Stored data
━━━━━━━━
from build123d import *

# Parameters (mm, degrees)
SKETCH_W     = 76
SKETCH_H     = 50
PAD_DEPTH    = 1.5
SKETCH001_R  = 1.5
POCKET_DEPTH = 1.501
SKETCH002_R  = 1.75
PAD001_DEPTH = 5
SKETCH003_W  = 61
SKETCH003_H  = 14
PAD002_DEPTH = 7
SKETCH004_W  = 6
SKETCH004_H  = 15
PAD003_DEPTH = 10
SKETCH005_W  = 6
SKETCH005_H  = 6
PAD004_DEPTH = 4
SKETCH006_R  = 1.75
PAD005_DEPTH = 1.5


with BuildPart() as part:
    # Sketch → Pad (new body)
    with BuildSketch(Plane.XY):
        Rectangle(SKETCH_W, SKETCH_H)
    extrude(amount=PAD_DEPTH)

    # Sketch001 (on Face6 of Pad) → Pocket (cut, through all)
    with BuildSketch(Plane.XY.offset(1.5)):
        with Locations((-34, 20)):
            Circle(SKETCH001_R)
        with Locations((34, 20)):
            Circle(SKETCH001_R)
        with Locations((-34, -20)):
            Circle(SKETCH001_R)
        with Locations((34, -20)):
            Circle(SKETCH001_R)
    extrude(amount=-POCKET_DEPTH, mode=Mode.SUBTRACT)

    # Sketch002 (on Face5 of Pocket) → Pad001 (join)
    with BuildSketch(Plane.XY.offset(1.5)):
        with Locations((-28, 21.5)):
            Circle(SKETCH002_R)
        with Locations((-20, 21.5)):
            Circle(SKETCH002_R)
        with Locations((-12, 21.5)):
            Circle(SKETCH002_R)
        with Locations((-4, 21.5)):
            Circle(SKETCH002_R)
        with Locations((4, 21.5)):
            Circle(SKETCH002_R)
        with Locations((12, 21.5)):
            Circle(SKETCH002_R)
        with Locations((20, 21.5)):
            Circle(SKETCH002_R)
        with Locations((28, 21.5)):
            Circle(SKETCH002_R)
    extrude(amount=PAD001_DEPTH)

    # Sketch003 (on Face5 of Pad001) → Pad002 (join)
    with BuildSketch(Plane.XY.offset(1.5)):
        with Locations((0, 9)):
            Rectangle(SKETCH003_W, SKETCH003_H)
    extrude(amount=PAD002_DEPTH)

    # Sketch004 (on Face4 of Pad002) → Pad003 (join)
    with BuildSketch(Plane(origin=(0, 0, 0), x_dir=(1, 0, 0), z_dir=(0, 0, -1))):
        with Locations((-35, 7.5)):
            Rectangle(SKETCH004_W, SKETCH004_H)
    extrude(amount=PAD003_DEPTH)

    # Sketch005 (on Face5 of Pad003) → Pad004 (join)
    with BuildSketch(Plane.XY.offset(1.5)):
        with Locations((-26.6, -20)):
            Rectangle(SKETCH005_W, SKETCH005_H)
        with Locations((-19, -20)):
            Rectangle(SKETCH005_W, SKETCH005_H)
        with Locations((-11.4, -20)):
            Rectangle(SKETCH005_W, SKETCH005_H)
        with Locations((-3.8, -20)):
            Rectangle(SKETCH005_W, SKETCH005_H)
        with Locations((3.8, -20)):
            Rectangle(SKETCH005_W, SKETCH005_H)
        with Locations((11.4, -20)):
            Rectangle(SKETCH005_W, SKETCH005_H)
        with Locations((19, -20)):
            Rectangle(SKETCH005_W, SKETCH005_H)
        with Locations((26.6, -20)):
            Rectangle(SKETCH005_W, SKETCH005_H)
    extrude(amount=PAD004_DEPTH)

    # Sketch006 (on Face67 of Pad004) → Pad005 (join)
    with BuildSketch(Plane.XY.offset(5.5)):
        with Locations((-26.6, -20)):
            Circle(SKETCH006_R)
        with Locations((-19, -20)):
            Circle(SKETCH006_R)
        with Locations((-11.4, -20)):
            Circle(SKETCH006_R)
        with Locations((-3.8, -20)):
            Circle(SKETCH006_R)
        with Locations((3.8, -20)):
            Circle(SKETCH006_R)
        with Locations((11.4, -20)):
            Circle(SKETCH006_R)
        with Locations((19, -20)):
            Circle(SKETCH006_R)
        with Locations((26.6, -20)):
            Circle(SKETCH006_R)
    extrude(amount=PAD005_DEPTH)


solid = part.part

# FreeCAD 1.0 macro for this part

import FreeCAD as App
import Part
import Sketcher
Q = App.Units.Quantity


def add_polygon(sketch, points):
    """Adds a closed chain of lines whose ends are joined by coincident constraints."""
    first, n = sketch.GeometryCount, len(points)
    for a, b in zip(points, points[1:] + points[:1]):
        sketch.addGeometry(Part.LineSegment(App.Vector(*a, 0), App.Vector(*b, 0)), False)
    for i in range(n):
        sketch.addConstraint(Sketcher.Constraint("Coincident", first + i, 2, first + (i + 1) % n, 1))

doc = App.newDocument("Part")
body = doc.addObject("PartDesign::Body", "Body")

# Sketch on XY plane
sketch1 = body.newObject("Sketcher::SketchObject", "Sketch")
sketch1.AttachmentSupport = (doc.getObject("XY_Plane"), [""])
sketch1.MapMode = "FlatFace"
add_polygon(sketch1, [(-38, 25), (-38, -25), (38, -25), (38, 25)])  # lines 0-3
sketch1.addConstraint([
    Sketcher.Constraint("Vertical", 0),
    Sketcher.Constraint("Horizontal", 1),
    Sketcher.Constraint("Vertical", 2),
    Sketcher.Constraint("Horizontal", 3),
    Sketcher.Constraint("Symmetric", 0, 2, 2, 2, -1, 1),
    Sketcher.Constraint("DistanceX", 1, 1, 1, 2, Q("76 mm")),
    Sketcher.Constraint("DistanceY", 0, 2, 0, 1, Q("50 mm")),
])
pad1 = body.newObject("PartDesign::Pad", "Pad")
pad1.Profile = sketch1
pad1.Length = 1.5

# Sketch on XY plane
sketch2 = body.newObject("Sketcher::SketchObject", "Sketch001")
sketch2.AttachmentSupport = (doc.getObject("XY_Plane"), [""])
sketch2.MapMode = "FlatFace"
sketch2.AttachmentOffset = App.Placement(App.Vector(0, 0, 1.5), App.Rotation())
sketch2.addGeometry([
    Part.Circle(App.Vector(-34, 20, 0), App.Vector(0, 0, 1), 1.5),
    Part.Circle(App.Vector(34, 20, 0), App.Vector(0, 0, 1), 1.5),
    Part.Circle(App.Vector(-34, -20, 0), App.Vector(0, 0, 1), 1.5),
    Part.Circle(App.Vector(34, -20, 0), App.Vector(0, 0, 1), 1.5),
], False)
sketch2.addConstraint([
    Sketcher.Constraint("Equal", 0, 1),
    Sketcher.Constraint("Equal", 1, 2),
    Sketcher.Constraint("Equal", 2, 3),
    Sketcher.Constraint("Symmetric", 1, 3, 2, 3, -1, 1),
    Sketcher.Constraint("Symmetric", 0, 3, 3, 3, -1, 1),
    Sketcher.Constraint("Symmetric", 0, 3, 1, 3, -2),
    Sketcher.Constraint("Diameter", 0, Q("3 mm")),
    Sketcher.Constraint("DistanceX", 0, 3, -1, 1, Q("34 mm")),
    Sketcher.Constraint("DistanceY", -1, 1, 0, 3, Q("20 mm")),
])
pocket1 = body.newObject("PartDesign::Pocket", "Pocket")
pocket1.Profile = sketch2
pocket1.Type = "ThroughAll"

# Sketch on XY plane
sketch3 = body.newObject("Sketcher::SketchObject", "Sketch002")
sketch3.AttachmentSupport = (doc.getObject("XY_Plane"), [""])
sketch3.MapMode = "FlatFace"
sketch3.AttachmentOffset = App.Placement(App.Vector(0, 0, 1.5), App.Rotation())
sketch3.addGeometry([
    Part.Circle(App.Vector(-28, 21.5, 0), App.Vector(0, 0, 1), 1.8),  # 0
    Part.Circle(App.Vector(-20, 21.5, 0), App.Vector(0, 0, 1), 1.8),  # 1
    Part.Circle(App.Vector(-12, 21.5, 0), App.Vector(0, 0, 1), 1.8),  # 2
    Part.Circle(App.Vector(-4, 21.5, 0), App.Vector(0, 0, 1), 1.8),  # 3
    Part.Circle(App.Vector(4, 21.5, 0), App.Vector(0, 0, 1), 1.8),  # 4
    Part.Circle(App.Vector(12, 21.5, 0), App.Vector(0, 0, 1), 1.8),  # 5
    Part.Circle(App.Vector(20, 21.5, 0), App.Vector(0, 0, 1), 1.8),  # 6
    Part.Circle(App.Vector(28, 21.5, 0), App.Vector(0, 0, 1), 1.8),  # 7
], False)
sketch3.addConstraint([
    Sketcher.Constraint("Equal", 0, 1),
    Sketcher.Constraint("Equal", 1, 2),
    Sketcher.Constraint("Equal", 2, 3),
    Sketcher.Constraint("Equal", 3, 4),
━━━━━━━━
ACTION ITEM ▸ Above are the records. Copy every line in them holding "amount".

RESPONSE TO THE TASK ▸
    extrude(amount=PAD_DEPTH)
    extrude(amount=-POCKET_DEPTH, mode=Mode.SUBTRACT)
    extrude(amount=PAD001_DEPTH)
    extrude(amount=PAD002_DEPTH)
    extrude(amount=PAD003_DEPTH)
    extrude(amount=PAD004_DEPTH)
    extrude(amount=PAD005_DEPTH)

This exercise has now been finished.